§ HOW TO COMPLETE THIS TASK:
Search the material below for "Locations" and copy every line where it occurs.

§ AVAILABLE DATA:
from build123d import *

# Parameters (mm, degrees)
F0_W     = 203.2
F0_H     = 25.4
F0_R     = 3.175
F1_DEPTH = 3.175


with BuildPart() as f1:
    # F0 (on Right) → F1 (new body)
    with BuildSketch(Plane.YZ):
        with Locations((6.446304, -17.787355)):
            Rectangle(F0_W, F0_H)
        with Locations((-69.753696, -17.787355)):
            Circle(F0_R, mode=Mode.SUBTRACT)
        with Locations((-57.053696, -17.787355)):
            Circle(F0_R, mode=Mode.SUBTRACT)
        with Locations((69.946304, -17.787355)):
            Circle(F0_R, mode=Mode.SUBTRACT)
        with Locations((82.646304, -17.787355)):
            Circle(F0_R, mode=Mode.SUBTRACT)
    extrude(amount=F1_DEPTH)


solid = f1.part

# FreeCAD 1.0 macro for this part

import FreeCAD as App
import Part
import Sketcher
from FreeCAD import Vector
Q = App.Units.Quantity

doc = App.newDocument("Part")
body = doc.addObject("PartDesign::Body", "Body")

# Sketch on YZ plane
sketch1 = body.newObject("Sketcher::SketchObject", "Sketch")
sketch1.AttachmentSupport = (doc.getObject("YZ_Plane"), [""])
sketch1.MapMode = "FlatFace"
sketch1.addGeometry(Part.LineSegment(Vector(-95.153696, -5.087355, 0), Vector(-95.153696, -30.487355, 0)), False)
sketch1.addGeometry(Part.LineSegment(Vector(-95.153696, -30.487355, 0), Vector(108.046304, -30.487355, 0)), False)
sketch1.addGeometry(Part.LineSegment(Vector(108.046304, -30.487355, 0), Vector(108.046304, -5.087355, 0)), False)
sketch1.addGeometry(Part.LineSegment(Vector(108.046304, -5.087355, 0), Vector(-95.153696, -5.087355, 0)), False)
sketch1.addGeometry(Part.Circle(Vector(-69.753696, -17.787355, 0), Vector(0, 0, 1), 3.175), False)
sketch1.addGeometry(Part.Circle(Vector(-57.053696, -17.787355, 0), Vector(0, 0, 1), 3.175), False)
sketch1.addGeometry(Part.Circle(Vector(69.946304, -17.787355, 0), Vector(0, 0, 1), 3.175), False)
sketch1.addGeometry(Part.Circle(Vector(82.646304, -17.787355, 0), Vector(0, 0, 1), 3.175), False)
sketch1.addConstraint(Sketcher.Constraint("Coincident", 0, 2, 1, 1))
sketch1.addConstraint(Sketcher.Constraint("Coincident", 1, 2, 2, 1))
sketch1.addConstraint(Sketcher.Constraint("Coincident", 2, 2, 3, 1))
sketch1.addConstraint(Sketcher.Constraint("Coincident", 3, 2, 0, 1))
sketch1.addConstraint(Sketcher.Constraint("Vertical", 0))
sketch1.addConstraint(Sketcher.Constraint("Horizontal", 1))
sketch1.addConstraint(Sketcher.Constraint("Vertical", 2))
sketch1.addConstraint(Sketcher.Constraint("Horizontal", 3))
sketch1.addConstraint(Sketcher.Constraint("Equal", 4, 5))
sketch1.addConstraint(Sketcher.Constraint("Equal", 5, 6))
sketch1.addConstraint(Sketcher.Constraint("Equal", 6, 7))
sketch1.addConstraint(Sketcher.Constraint("Horizontal", 4, 3, 5, 3))
sketch1.addConstraint(Sketcher.Constraint("Horizontal", 5, 3, 6, 3))
sketch1.addConstraint(Sketcher.Constraint("Horizontal", 6, 3, 7, 3))
sketch1.addConstraint(Sketcher.Constraint("Diameter", 4, Q("0.25 in")))
sketch1.addConstraint(Sketcher.Constraint("DistanceX", 1, 1, 1, 2, Q("8 in")))
sketch1.addConstraint(Sketcher.Constraint("DistanceY", 0, 2, 0, 1, Q("1 in")))
sketch1.addConstraint(Sketcher.Constraint("DistanceX", 5, 3, 6, 3, Q("5 in")))
sketch1.addConstraint(Sketcher.Constraint("DistanceX", 4, 3, 7, 3, Q("6 in")))
sketch1.addConstraint(Sketcher.Constraint("DistanceX", 0, 2, 4, 3, Q("1 in")))
sketch1.addConstraint(Sketcher.Constraint("DistanceX", 4, 3, 5, 3, Q("0.5 in")))
sketch1.addConstraint(Sketcher.Constraint("DistanceY", 0, 2, 4, 3, Q("0.5 in")))
sketch1.addConstraint(Sketcher.Constraint("DistanceX", 4, 3, -1, 1, Q("69.753696 mm")))
sketch1.addConstraint(Sketcher.Constraint("DistanceY", 4, 3, -1, 1, Q("17.787355 mm")))
pad1 = body.newObject("PartDesign::Pad", "Pad")
pad1.Profile = sketch1
pad1.Length = Q("0.125 in")

doc.recompute()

§ RESPONSE AREA:
        with Locations((6.446304, -17.787355)):
        with Locations((-69.753696, -17.787355)):
        with Locations((-57.053696, -17.787355)):
        with Locations((69.946304, -17.787355)):
        with Locations((82.646304, -17.787355)):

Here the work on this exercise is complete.